Die Ausbildung zum Landesrechtspfleger umfasst gemäß §17 Abs1 VGW-DRG die praktische Ausbildung im Verwaltungsgericht, die Teilnahme am Grundlehrgang sowie am Lehrgang für das angestrebte Arbeitsgebiet (Arbeitsgebietslehrgang) und die erfolgreiche Ablegung der Prüfung über die Stoffgebiete des Grundlehrgangs sowie die Prüfung über das Arbeitsgebiet. Für Bedienstete, welche die Ausbildung zum Rechtspfleger vor dem 1. Jänner 2014 begonnen haben, gelten gemäß §23 VGW-DRG die Vorschriften über die praktische Ausbildung mit der Maßgabe, dass bestimmte praktische Tätigkeiten auf die erforderlichen Praxiszeiten angerechnet wurden. Insbesondere wurde die Tätigkeit als Geschäftsabteilungsleiter des Unabhängigen Verwaltungssenates Wien (UVS Wien) auf die praktische Ausbildung angerechnet.
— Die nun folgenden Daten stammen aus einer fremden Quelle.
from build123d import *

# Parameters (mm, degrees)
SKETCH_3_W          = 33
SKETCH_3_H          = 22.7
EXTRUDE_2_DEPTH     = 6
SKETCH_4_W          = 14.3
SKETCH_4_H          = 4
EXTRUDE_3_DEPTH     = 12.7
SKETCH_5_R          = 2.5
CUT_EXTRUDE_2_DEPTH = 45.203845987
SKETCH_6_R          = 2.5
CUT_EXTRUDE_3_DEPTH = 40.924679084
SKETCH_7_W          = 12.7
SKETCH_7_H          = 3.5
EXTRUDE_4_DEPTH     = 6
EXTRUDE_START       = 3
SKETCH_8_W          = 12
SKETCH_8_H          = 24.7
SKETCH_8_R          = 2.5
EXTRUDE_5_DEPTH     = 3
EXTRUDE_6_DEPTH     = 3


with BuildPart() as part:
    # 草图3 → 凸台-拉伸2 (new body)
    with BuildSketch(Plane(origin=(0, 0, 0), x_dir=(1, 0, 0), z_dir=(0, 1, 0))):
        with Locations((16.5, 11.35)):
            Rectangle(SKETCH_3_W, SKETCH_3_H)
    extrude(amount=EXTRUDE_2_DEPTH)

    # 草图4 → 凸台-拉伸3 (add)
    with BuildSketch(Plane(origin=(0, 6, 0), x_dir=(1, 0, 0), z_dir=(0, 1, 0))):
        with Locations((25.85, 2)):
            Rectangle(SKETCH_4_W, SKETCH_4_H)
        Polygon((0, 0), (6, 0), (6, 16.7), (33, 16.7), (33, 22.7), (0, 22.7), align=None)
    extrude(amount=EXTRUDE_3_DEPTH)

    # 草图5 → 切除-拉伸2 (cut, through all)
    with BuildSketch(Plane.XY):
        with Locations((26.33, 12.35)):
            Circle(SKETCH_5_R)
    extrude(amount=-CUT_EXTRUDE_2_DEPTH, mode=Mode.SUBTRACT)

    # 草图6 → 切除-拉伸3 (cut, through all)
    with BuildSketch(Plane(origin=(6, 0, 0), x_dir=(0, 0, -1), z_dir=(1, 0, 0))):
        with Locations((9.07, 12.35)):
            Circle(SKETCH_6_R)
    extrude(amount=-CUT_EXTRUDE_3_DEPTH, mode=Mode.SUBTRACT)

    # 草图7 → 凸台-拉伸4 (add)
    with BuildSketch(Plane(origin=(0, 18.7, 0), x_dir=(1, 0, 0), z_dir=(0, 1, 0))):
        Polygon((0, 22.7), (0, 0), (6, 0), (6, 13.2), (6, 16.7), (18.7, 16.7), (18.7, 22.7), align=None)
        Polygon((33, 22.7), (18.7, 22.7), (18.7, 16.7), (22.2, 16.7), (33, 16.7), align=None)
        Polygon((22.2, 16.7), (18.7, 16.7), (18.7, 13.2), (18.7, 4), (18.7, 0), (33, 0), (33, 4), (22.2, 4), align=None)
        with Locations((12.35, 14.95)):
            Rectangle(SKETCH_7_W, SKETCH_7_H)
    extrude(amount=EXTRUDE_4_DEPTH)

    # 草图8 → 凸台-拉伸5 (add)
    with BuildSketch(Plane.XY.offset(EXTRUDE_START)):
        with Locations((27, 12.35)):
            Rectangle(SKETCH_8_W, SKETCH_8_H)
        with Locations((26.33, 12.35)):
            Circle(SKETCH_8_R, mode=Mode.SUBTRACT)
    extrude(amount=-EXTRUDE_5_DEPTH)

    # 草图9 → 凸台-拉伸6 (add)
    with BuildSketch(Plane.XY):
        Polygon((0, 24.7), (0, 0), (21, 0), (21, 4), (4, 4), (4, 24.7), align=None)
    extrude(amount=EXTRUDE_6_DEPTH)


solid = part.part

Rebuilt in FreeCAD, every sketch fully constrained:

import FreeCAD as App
import Part
import Sketcher
Q = App.Units.Quantity

doc = App.newDocument("Part")
body = doc.addObject("PartDesign::Body", "Body")

# Sketch on XZ plane
sketch1 = body.newObject("Sketcher::SketchObject", "Sketch")
sketch1.AttachmentSupport = (doc.getObject("XZ_Plane"), [""])
sketch1.MapMode = "FlatFace"
sketch1.addGeometry(Part.LineSegment(App.Vector(0, -23, 0), App.Vector(0, 0, 0)), False)
sketch1.addGeometry(Part.LineSegment(App.Vector(0, 0, 0), App.Vector(33, 0, 0)), False)
sketch1.addGeometry(Part.LineSegment(App.Vector(33, 0, 0), App.Vector(33, -23, 0)), False)
sketch1.addGeometry(Part.LineSegment(App.Vector(33, -23, 0), App.Vector(0, -23, 0)), False)
sketch1.addConstraint(Sketcher.Constraint("Coincident", 0, 2, 1, 1))
sketch1.addConstraint(Sketcher.Constraint("Coincident", 1, 2, 2, 1))
sketch1.addConstraint(Sketcher.Constraint("Coincident", 2, 2, 3, 1))
sketch1.addConstraint(Sketcher.Constraint("Coincident", 3, 2, 0, 1))
sketch1.addConstraint(Sketcher.Constraint("Vertical", 0))
sketch1.addConstraint(Sketcher.Constraint("Horizontal", 1))
sketch1.addConstraint(Sketcher.Constraint("Vertical", 2))
sketch1.addConstraint(Sketcher.Constraint("Horizontal", 3))
sketch1.addConstraint(Sketcher.Constraint("Coincident", 0, 2, -1, 1))
sketch1.addConstraint(Sketcher.Constraint("DistanceX", 1, 1, 1, 2, Q("33 mm")))
sketch1.addConstraint(Sketcher.Constraint("DistanceY", 0, 1, 0, 2, Q("22.7 mm")))
pad1 = body.newObject("PartDesign::Pad", "Pad")
pad1.Profile = sketch1
pad1.Length = 6
pad1.Reversed = True

# Sketch on XZ plane
sketch2 = body.newObject("Sketcher::SketchObject", "Sketch001")
sketch2.AttachmentSupport = (doc.getObject("XZ_Plane"), [""])
sketch2.MapMode = "FlatFace"
sketch2.AttachmentOffset = App.Placement(App.Vector(0, 0, -6), App.Rotation())
sketch2.addGeometry(Part.LineSegment(App.Vector(18.7, -4, 0), App.Vector(18.7, 0, 0)), False)
sketch2.addGeometry(Part.LineSegment(App.Vector(18.7, 0, 0), App.Vector(33, 0, 0)), False)
sketch2.addGeometry(Part.LineSegment(App.Vector(33, 0, 0), App.Vector(33, -4, 0)), False)
sketch2.addGeometry(Part.LineSegment(App.Vector(33, -4, 0), App.Vector(18.7, -4, 0)), False)
sketch2.addGeometry(Part.LineSegment(App.Vector(0, 0, 0), App.Vector(6, 0, 0)), False)
sketch2.addGeometry(Part.LineSegment(App.Vector(6, 0, 0), App.Vector(6, -16.7, 0)), False)
sketch2.addGeometry(Part.LineSegment(App.Vector(6, -16.7, 0), App.Vector(33, -16.7, 0)), False)
sketch2.addGeometry(Part.LineSegment(App.Vector(33, -16.7, 0), App.Vector(33, -22.7, 0)), False)
sketch2.addGeometry(Part.LineSegment(App.Vector(33, -22.7, 0), App.Vector(0, -22.7, 0)), False)
sketch2.addGeometry(Part.LineSegment(App.Vector(0, -22.7, 0), App.Vector(0, 0, 0)), False)
sketch2.addConstraint(Sketcher.Constraint("Coincident", 0, 2, 1, 1))
sketch2.addConstraint(Sketcher.Constraint("Coincident", 1, 2, 2, 1))
sketch2.addConstraint(Sketcher.Constraint("Coincident", 2, 2, 3, 1))
sketch2.addConstraint(Sketcher.Constraint("Coincident", 3, 2, 0, 1))
sketch2.addConstraint(Sketcher.Constraint("Coincident", 4, 2, 5, 1))
sketch2.addConstraint(Sketcher.Constraint("Coincident", 5, 2, 6, 1))
sketch2.addConstraint(Sketcher.Constraint("Coincident", 6, 2, 7, 1))
sketch2.addConstraint(Sketcher.Constraint("Coincident", 7, 2, 8, 1))
sketch2.addConstraint(Sketcher.Constraint("Coincident", 8, 2, 9, 1))
sketch2.addConstraint(Sketcher.Constraint("Coincident", 9, 2, 4, 1))
sketch2.addConstraint(Sketcher.Constraint("Vertical", 0))
sketch2.addConstraint(Sketcher.Constraint("Horizontal", 1))
sketch2.addConstraint(Sketcher.Constraint("Vertical", 2))
sketch2.addConstraint(Sketcher.Constraint("Horizontal", 3))
sketch2.addConstraint(Sketcher.Constraint("Horizontal", 4))
sketch2.addConstraint(Sketcher.Constraint("Vertical", 5))
sketch2.addConstraint(Sketcher.Constraint("Horizontal", 6))
sketch2.addConstraint(Sketcher.Constraint("Vertical", 7))
sketch2.addConstraint(Sketcher.Constraint("Horizontal", 8))
sketch2.addConstraint(Sketcher.Constraint("Vertical", 9))
sketch2.addConstraint(Sketcher.Constraint("Coincident", 9, 2, -1, 1))
sketch2.addConstraint(Sketcher.Constraint("PointOnObject", 0, 2, -1))
sketch2.addConstraint(Sketcher.Constraint("Vertical", 2, 2, 6, 2))
sketch2.addConstraint(Sketcher.Constraint("Equal", 4, 7))
sketch2.addConstraint(Sketcher.Constraint("DistanceX", 4, 1, 4, 2, Q("6 mm")))
sketch2.addConstraint(Sketcher.Constraint("DistanceX", 6, 1, 6, 2, Q("27 mm")))
sketch2.addConstraint(Sketcher.Constraint("DistanceY", 0, 1, 0, 2, Q("4 mm")))
sketch2.addConstraint(Sketcher.Constraint("DistanceX", 1, 1, 1, 2, Q("14.3 mm")))
sketch2.addConstraint(Sketcher.Constraint("DistanceY", 5, 2, 5, 1, Q("16.7 mm")))
pad2 = body.newObject("PartDesign::Pad", "Pad001")
pad2.Profile = sketch2
pad2.Length = 12.7
pad2.Reversed = True

# Sketch on XY plane
sketch3 = body.newObject("Sketcher::SketchObject", "Sketch002")
sketch3.AttachmentSupport = (doc.getObject("XY_Plane"), [""])
sketch3.MapMode = "FlatFace"
sketch3.addGeometry(Part.Circle(App.Vector(26.3, 12.3, 0), App.Vector(0, 0, 1), 2.5), False)
sketch3.addConstraint(Sketcher.Constraint("Diameter", 0, Q("5 mm")))
sketch3.addConstraint(Sketcher.Constraint("DistanceX", -1, 1, 0, 3, Q("26.33 mm")))
sketch3.addConstraint(Sketcher.Constraint("DistanceY", -1, 1, 0, 3, Q("12.35 mm")))
pocket1 = body.newObject("PartDesign::Pocket", "Pocket")
pocket1.Profile = sketch3
pocket1.Type = "ThroughAll"

# Sketch on YZ plane
sketch4 = body.newObject("Sketcher::SketchObject", "Sketch003")
sketch4.AttachmentSupport = (doc.getObject("YZ_Plane"), [""])
sketch4.MapMode = "FlatFace"
sketch4.AttachmentOffset = App.Placement(App.Vector(0, 0, 6), App.Rotation())
sketch4.addGeometry(Part.Circle(App.Vector(12.3, -9.1, 0), App.Vector(0, 0, 1), 2.5), False)
sketch4.addConstraint(Sketcher.Constraint("Diameter", 0, Q("5 mm")))
sketch4.addConstraint(Sketcher.Constraint("DistanceX", -1, 1, 0, 3, Q("12.35 mm")))
sketch4.addConstraint(Sketcher.Constraint("DistanceY", 0, 3, -1, 1, Q("9.07 mm")))
pocket2 = body.newObject("PartDesign::Pocket", "Pocket001")
pocket2.Profile = sketch4
pocket2.Type = "ThroughAll"

# Sketch on XZ plane
sketch5 = body.newObject("Sketcher::SketchObject", "Sketch004")
sketch5.AttachmentSupport = (doc.getObject("XZ_Plane"), [""])
sketch5.MapMode = "FlatFace"
sketch5.AttachmentOffset = App.Placement(App.Vector(0, 0, -18.7), App.Rotation())
sketch5.addGeometry(Part.LineSegment(App.Vector(0, -22.7, 0), App.Vector(0, 0, 0)), False)
sketch5.addGeometry(Part.LineSegment(App.Vector(0, 0, 0), App.Vector(6, 0, 0)), False)
sketch5.addGeometry(Part.LineSegment(App.Vector(6, 0, 0), App.Vector(6, -13.2, 0)), False)
sketch5.addGeometry(Part.LineSegment(App.Vector(6, -13.2, 0), App.Vector(18.7, -13.2, 0)), False)
sketch5.addGeometry(Part.LineSegment(App.Vector(18.7, -13.2, 0), App.Vector(18.7, 0, 0)), False)
sketch5.addGeometry(Part.LineSegment(App.Vector(18.7, 0, 0), App.Vector(33, 0, 0)), False)
sketch5.addGeometry(Part.LineSegment(App.Vector(33, 0, 0), App.Vector(33, -4, 0)), False)
sketch5.addGeometry(Part.LineSegment(App.Vector(33, -4, 0), App.Vector(22.2, -4, 0)), False)
sketch5.addGeometry(Part.LineSegment(App.Vector(22.2, -4, 0), App.Vector(22.2, -16.7, 0)), False)
sketch5.addGeometry(Part.LineSegment(App.Vector(22.2, -16.7, 0), App.Vector(33, -16.7, 0)), False)
sketch5.addGeometry(Part.LineSegment(App.Vector(33, -16.7, 0), App.Vector(33, -22.7, 0)), False)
Zur erstmaligen Bestellung der Rechtspfleger ist ferner zu bemerken, dass die Wiener Landesregierung – sie bestellt die Rechtspfleger gemäß §4 Abs1 VGWG – mit der Situation konfrontiert war, dass sich fast alle Geschäftsabteilungsleiter des UVS Wien als Rechtspfleger beworben haben. Diese Bewerber verfügten alle ausnahmslos über langjährige Erfahrungen bei einer Rechtsmittelbehörde. Ferner wurde bei der Auswahl der Kandidaten darauf geachtet, dass Bewerber in die Ausbildung aufgenommen wurden, die langjährige Erfahrungen in behördlichen Verfahren beim Magistrat der Stadt Wien aufweisen. In den ersten neun Monaten der praktischen Tätigkeit der Rechtspfleger beim Verwaltungsgericht Wien haben sich im Kontakt mit dem Verwaltungsgericht keinerlei Informationen ergeben, dass die Ausbildung der Rechtspfleger negative Auswirkungen auf die Erledigung der Aufgaben der Rechtspfleger hätte. Im Gegenteil – nach den dem Verwaltungsgericht Wien zum Stichtag 30. September 2014 vorliegenden Zahlen ergibt sich folgendes Bild: Nach der Geschäftsverteilung des Verwaltungsgerichtes Wien für das Jahr 2014 entfielen auf die Rechtspfleger bis zum genannten Stichtag 3.118 Fälle. Hievon sind 1.798 Fälle bereits abgeschlossen. In 977 Fällen wurde für den Beschwerdeführer negativ entschieden. In nur 239 von diesen Fällen wurde eine Vorstellung erhoben. In nur einem dieser Fälle entschied der Richter anders als der Rechtspfleger. Die Rechtspfleger wurden daher offenkundig sehr wohl in einer Weise ausgebildet, die sie in die Lage versetzt, ihre Aufgaben ordnungsgemäß wahrzunehmen.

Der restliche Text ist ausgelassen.